In the future, the team intends to explore whether the AI ​​system can adapt to other languages ​​(it currently only has English training) and whether it can be trained to detect bias in specific areas.

They also plan to launch an app that automatically responds to news through articles that “cross the political spectrum.”

Ramy Baly, the first author and postdoctoral assistant of the paper, said: “If a website has previously published fake news, they are likely to publish it again.” “By automatically crawling the data of these websites, we hope Our system can help find out which sites might do this first.”

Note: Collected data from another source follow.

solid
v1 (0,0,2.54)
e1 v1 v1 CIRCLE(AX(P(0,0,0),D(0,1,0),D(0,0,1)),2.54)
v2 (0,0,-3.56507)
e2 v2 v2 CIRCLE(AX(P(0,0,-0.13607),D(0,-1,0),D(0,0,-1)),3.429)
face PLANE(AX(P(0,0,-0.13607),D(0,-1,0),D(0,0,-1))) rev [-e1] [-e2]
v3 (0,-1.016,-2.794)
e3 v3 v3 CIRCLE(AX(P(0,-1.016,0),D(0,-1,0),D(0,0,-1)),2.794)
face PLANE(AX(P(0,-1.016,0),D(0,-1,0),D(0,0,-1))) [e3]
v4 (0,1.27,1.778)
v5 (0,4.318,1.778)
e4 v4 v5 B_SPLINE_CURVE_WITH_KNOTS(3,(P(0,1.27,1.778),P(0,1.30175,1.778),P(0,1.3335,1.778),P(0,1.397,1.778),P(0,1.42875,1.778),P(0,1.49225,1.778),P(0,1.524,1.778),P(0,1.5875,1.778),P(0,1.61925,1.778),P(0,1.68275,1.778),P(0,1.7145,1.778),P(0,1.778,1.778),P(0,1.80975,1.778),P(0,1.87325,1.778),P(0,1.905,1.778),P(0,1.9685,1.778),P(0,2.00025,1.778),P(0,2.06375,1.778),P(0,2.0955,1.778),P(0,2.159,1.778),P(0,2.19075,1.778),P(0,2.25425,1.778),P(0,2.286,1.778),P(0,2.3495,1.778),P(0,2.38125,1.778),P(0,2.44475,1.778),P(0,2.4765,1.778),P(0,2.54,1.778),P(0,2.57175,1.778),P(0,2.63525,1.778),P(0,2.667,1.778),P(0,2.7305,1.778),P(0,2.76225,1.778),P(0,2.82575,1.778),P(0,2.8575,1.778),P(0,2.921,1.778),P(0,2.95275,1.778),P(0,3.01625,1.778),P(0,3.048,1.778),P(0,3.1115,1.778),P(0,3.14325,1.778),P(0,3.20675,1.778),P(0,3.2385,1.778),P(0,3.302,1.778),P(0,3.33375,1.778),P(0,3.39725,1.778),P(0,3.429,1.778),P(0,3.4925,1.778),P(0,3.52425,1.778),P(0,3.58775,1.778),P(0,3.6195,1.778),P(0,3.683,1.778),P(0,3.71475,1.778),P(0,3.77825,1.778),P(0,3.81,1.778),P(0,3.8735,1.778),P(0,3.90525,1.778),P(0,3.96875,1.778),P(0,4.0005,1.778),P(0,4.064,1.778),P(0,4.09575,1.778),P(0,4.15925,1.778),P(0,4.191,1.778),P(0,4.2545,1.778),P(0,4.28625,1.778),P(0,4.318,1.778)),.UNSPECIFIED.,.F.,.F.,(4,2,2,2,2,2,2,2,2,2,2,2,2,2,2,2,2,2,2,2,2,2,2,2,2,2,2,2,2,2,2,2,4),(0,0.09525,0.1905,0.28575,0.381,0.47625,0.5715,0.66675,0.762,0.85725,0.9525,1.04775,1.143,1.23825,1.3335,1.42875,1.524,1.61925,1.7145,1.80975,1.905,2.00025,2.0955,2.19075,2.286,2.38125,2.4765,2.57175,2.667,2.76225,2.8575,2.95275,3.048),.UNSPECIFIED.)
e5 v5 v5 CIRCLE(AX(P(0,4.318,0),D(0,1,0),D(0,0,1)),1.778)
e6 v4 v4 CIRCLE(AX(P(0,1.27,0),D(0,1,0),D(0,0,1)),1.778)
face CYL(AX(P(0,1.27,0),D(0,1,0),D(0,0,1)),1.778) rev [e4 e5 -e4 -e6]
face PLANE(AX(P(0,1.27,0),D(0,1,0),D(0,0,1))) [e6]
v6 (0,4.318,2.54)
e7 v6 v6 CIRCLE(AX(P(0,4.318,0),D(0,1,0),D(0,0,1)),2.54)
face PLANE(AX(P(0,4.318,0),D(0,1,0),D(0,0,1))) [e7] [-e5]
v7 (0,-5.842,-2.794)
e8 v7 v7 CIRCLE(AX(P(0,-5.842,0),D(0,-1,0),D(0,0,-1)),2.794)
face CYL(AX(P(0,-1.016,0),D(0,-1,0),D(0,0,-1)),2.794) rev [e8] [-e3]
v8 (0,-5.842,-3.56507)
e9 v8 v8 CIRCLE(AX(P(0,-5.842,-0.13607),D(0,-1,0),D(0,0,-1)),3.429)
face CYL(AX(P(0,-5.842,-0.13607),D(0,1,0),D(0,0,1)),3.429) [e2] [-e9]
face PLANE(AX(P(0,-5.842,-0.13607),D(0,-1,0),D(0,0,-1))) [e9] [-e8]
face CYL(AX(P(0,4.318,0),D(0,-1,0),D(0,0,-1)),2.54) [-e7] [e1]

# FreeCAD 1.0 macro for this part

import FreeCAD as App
import Part
import Sketcher
Q = App.Units.Quantity

doc = App.newDocument("Part")
body = doc.addObject("PartDesign::Body", "Body")

sketch1 = body.newObject("Sketcher::SketchObject", "Sketch")
sketch1.AttachmentSupport = (doc.getObject("XZ_Plane"), [""])
sketch1.MapMode = "FlatFace"
sketch1.addGeometry(Part.Circle(App.Vector(0, 0, 0), App.Vector(0, 0, 1), 2.5), False)
sketch1.addConstraint([
    Sketcher.Constraint("Coincident", 0, 3, -1, 1),
    Sketcher.Constraint("Diameter", 0, Q("0.2 in")),
])
pad1 = body.newObject("PartDesign::Pad", "Pad")
pad1.Profile = sketch1
pad1.Length = Q("0.17 in")
pad1.Reversed = True

sketch2 = body.newObject("Sketcher::SketchObject", "Sketch001")
sketch2.AttachmentSupport = (doc.getObject("XZ_Plane"), [""])
sketch2.MapMode = "FlatFace"
sketch2.AttachmentOffset = App.Placement(App.Vector(0, 0, -0.17 * 25.4), App.Rotation())
sketch2.addGeometry(Part.Circle(App.Vector(0, 0, 0), App.Vector(0, 0, 1), 1.8), False)
sketch2.addConstraint([
    Sketcher.Constraint("Coincident", 0, 3, -1, 1),
    Sketcher.Constraint("Diameter", 0, Q("0.14 in")),
])
pocket1 = body.newObject("PartDesign::Pocket", "Pocket")
pocket1.Profile = sketch2
pocket1.Length = Q("0.12 in")
pocket1.Reversed = True

sketch3 = body.newObject("Sketcher::SketchObject", "Sketch002")
sketch3.AttachmentSupport = (doc.getObject("XZ_Plane"), [""])
sketch3.MapMode = "FlatFace"
sketch3.addGeometry(Part.Circle(App.Vector(0, -0.1, 0), App.Vector(0, 0, 1), 3.4), False)
sketch3.addConstraint([
    Sketcher.Constraint("PointOnObject", 0, 3, -2),
    Sketcher.Constraint("Diameter", 0, Q("0.27 in")),
    Sketcher.Constraint("DistanceY", 0, 3, -1, 1, Q("0.13607 mm")),
])
pad2 = body.newObject("PartDesign::Pad", "Pad001")
pad2.Profile = sketch3
pad2.Length = Q("0.23 in")

sketch4 = body.newObject("Sketcher::SketchObject", "Sketch003")
sketch4.AttachmentSupport = (doc.getObject("XZ_Plane"), [""])
sketch4.MapMode = "FlatFace"
sketch4.AttachmentOffset = App.Placement(App.Vector(0, 0, 0.23 * 25.4), App.Rotation())
sketch4.addGeometry(Part.Circle(App.Vector(0, 0, 0), App.Vector(0, 0, 1), 2.8), False)
sketch4.addConstraint([
    Sketcher.Constraint("Coincident", 0, 3, -1, 1),
    Sketcher.Constraint("Diameter", 0, Q("0.22 in")),
])
pocket2 = body.newObject("PartDesign::Pocket", "Pocket001")
pocket2.Profile = sketch4
pocket2.Length = Q("0.19 in")

doc.recompute()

Of course, they are not the only institutions that try to combat fake news through artificial intelligence.

New Delhi-based startup MetaFact uses NLP algorithms to flag error messages and biases in news stories and social media posts; the SAAS platform AdVerify.ai launched a beta version last year that analyzes error messages, malware, and other problematic content. It can also cross-reference a regularly updated database of thousands of fake and legitimate news.

As mentioned in the previous article, Facebook was once immersed in the muddy of fake news, and has begun to try to use artificial intelligence tools to “identify false news” and recently acquired the London-based startup Bloomsbury AI to help it identify and eliminate fakes. news.

Will fake news be eliminated?

However, some experts do not believe that artificial intelligence can do the job. Dean Pomerleau, a scientist at the Carnegie Mellon University Robotics Institute, said in an interview with foreign media the Verge that artificial intelligence lacks a subtle understanding of language and that understanding It is necessary to identify lies and false statements.

“Our initial goal was to create a system to answer ‘This is fake news, is it or not?'” he said, “but we quickly realized that machine learning is not up to the task.”

However, human fact checkers do not necessarily do better than AI. This year, Google suspended the “Fact Check” label, which was once in the Google News section, after conservative media also accused Google of showing bias against them.

However, no matter whether the solution to the final identification of fake news and personal bias is AI system or labor, or both, the day when the an fake news is completely eliminated will not come immediately.

According to consulting firm Gartner, by 2022, if the current trend remains the same, most people in developed countries will see more false information than real information.